Revisioni Cochrane: le criticità emerse

Il rapporto tra la Cochrane e gli enti inglesi (NICE) ed internazionali deputati alla produzione di linee guida è diventato molto stretto nel corso del tempo. Questo a generato– fin dall’inizio – una vivace dialettica interna alla Cochrane, tra posizioni più “rigorose” (sul piano della qualità degli studi scientifici da includere nelle revisioni sistematiche) e posizioni più concentrate sul ruolo della Cochrane a livello istituzionale e di influenza sulle politiche sanitarie.

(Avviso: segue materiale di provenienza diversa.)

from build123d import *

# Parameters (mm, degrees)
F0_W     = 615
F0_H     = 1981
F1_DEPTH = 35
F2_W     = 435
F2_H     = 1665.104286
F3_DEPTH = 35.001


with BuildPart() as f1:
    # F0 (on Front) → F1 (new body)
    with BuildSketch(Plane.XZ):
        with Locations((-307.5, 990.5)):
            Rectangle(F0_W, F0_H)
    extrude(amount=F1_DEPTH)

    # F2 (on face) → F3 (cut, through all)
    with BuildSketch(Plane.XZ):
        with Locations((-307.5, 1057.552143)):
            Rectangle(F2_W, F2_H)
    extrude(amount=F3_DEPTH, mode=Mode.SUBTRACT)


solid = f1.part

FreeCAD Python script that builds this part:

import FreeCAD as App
import Part
import Sketcher
from FreeCAD import Vector
Q = App.Units.Quantity

doc = App.newDocument("Part")
body = doc.addObject("PartDesign::Body", "Body")

# Sketch on XZ plane
sketch1 = body.newObject("Sketcher::SketchObject", "Sketch")
sketch1.AttachmentSupport = (doc.getObject("XZ_Plane"), [""])
sketch1.MapMode = "FlatFace"
sketch1.addGeometry(Part.LineSegment(Vector(-615, 1981, 0), Vector(-615, 0, 0)), False)
sketch1.addGeometry(Part.LineSegment(Vector(-615, 0, 0), Vector(0, 0, 0)), False)
sketch1.addGeometry(Part.LineSegment(Vector(0, 0, 0), Vector(0, 1981, 0)), False)
sketch1.addGeometry(Part.LineSegment(Vector(0, 1981, 0), Vector(-615, 1981, 0)), False)
sketch1.addConstraint(Sketcher.Constraint("Coincident", 0, 2, 1, 1))
sketch1.addConstraint(Sketcher.Constraint("Coincident", 1, 2, 2, 1))
sketch1.addConstraint(Sketcher.Constraint("Coincident", 2, 2, 3, 1))
sketch1.addConstraint(Sketcher.Constraint("Coincident", 3, 2, 0, 1))
sketch1.addConstraint(Sketcher.Constraint("Vertical", 0))
sketch1.addConstraint(Sketcher.Constraint("Horizontal", 1))
sketch1.addConstraint(Sketcher.Constraint("Vertical", 2))
sketch1.addConstraint(Sketcher.Constraint("Horizontal", 3))
sketch1.addConstraint(Sketcher.Constraint("Coincident", 1, 2, -1, 1))
sketch1.addConstraint(Sketcher.Constraint("DistanceX", 1, 1, 1, 2, Q("615 mm")))
sketch1.addConstraint(Sketcher.Constraint("DistanceY", 0, 2, 0, 1, Q("1981 mm")))
pad1 = body.newObject("PartDesign::Pad", "Pad")
pad1.Profile = sketch1
pad1.Length = 35

# Sketch on XZ plane
sketch2 = body.newObject("Sketcher::SketchObject", "Sketch001")
sketch2.AttachmentSupport = (doc.getObject("XZ_Plane"), [""])
sketch2.MapMode = "FlatFace"
sketch2.addGeometry(Part.LineSegment(Vector(-525, 1890, 0), Vector(-525, 225, 0)), False)
sketch2.addGeometry(Part.LineSegment(Vector(-525, 225, 0), Vector(-90, 225, 0)), False)
sketch2.addGeometry(Part.LineSegment(Vector(-90, 225, 0), Vector(-90, 1890, 0)), False)
sketch2.addGeometry(Part.LineSegment(Vector(-90, 1890, 0), Vector(-525, 1890, 0)), False)
sketch2.addConstraint(Sketcher.Constraint("Coincident", 0, 2, 1, 1))
sketch2.addConstraint(Sketcher.Constraint("Coincident", 1, 2, 2, 1))
sketch2.addConstraint(Sketcher.Constraint("Coincident", 2, 2, 3, 1))
sketch2.addConstraint(Sketcher.Constraint("Coincident", 3, 2, 0, 1))
sketch2.addConstraint(Sketcher.Constraint("Vertical", 0))
sketch2.addConstraint(Sketcher.Constraint("Horizontal", 1))
sketch2.addConstraint(Sketcher.Constraint("Vertical", 2))
sketch2.addConstraint(Sketcher.Constraint("Horizontal", 3))
sketch2.addConstraint(Sketcher.Constraint("DistanceX", 1, 1, 1, 2, Q("435 mm")))
sketch2.addConstraint(Sketcher.Constraint("DistanceX", 0, 2, -1, 1, Q("525 mm")))
sketch2.addConstraint(Sketcher.Constraint("DistanceY", -1, 1, 0, 2, Q("225 mm")))
sketch2.addConstraint(Sketcher.Constraint("DistanceY", 0, 2, 0, 1, Q("1665.104286 mm")))
pocket1 = body.newObject("PartDesign::Pocket", "Pocket")
pocket1.Profile = sketch2
pocket1.Type = "ThroughAll"
pocket1.Reversed = True

doc.recompute()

Quali erano gli elementi che rendevano (e rendono ancora oggi poco “affidabili” una parte delle revisioni Cochrane), secondo i membri più critici? Essi sono principalmente due:

  1. la mancata possibilità di accesso a tutti i dati relativi agli studi di efficacia condotti dalle aziende farmaceutiche. Il tentativo di celarli o di impedirne l’accesso, se “imbarazzanti”, è stato finora la regola: le richieste dei ricercatori Cochrane, come Gøtzsche e Jefferson, di ottenerne la disponibilità si è scontrata con formidabili resistenze.
  2. La presenza, tra gli articoli inclusi in una revisione sistematica, di molti articoli che vengono prodotti da “autori fantasma” (ghostwriters) finanziati direttamente dall’azienda che produce il farmaco di cui viene valutata l’efficacia e la tollerabilità. La presenza di molti articoli di questo tipo, in alcune revisioni sistematiche, indebolisce – inevitabilmente – la qualità delle conclusioni che ne derivano, per i clinici. Gli autori delle revisioni dovrebbero, secondo l’opinione di molti, misurare, ed indicare ai lettori, il peso di questi articoli sulle conclusioni formulate.

 

Revisioni Cochrane: le criticità in pratica

Questi due punti deboli sono diventati percepibili, ad esempio, quando sono state messe in discussione le indicazioni relative all’uso degli antidepressivi in età pediatrica, pesantemente condizionate dalla mancata disponibilità dei dati relativi ai rischi di tali trattamenti e dalla presenza massiccia di studi di chiara stesura “aziendale”[2]. Un altro esempio, altrettanto eclatante, è stato, qualche anno dopo, quello relativo al Tamiflu, la cui efficacia è stata notevolmente ridimensionata quando sono stati ottenuti i cosiddetti “dati grezzi”, prima di quello che viene definito, sarcasticamente, da Gøtzsche stesso, il “massaggio” dei dati da parte degli “autori fantasma”[3].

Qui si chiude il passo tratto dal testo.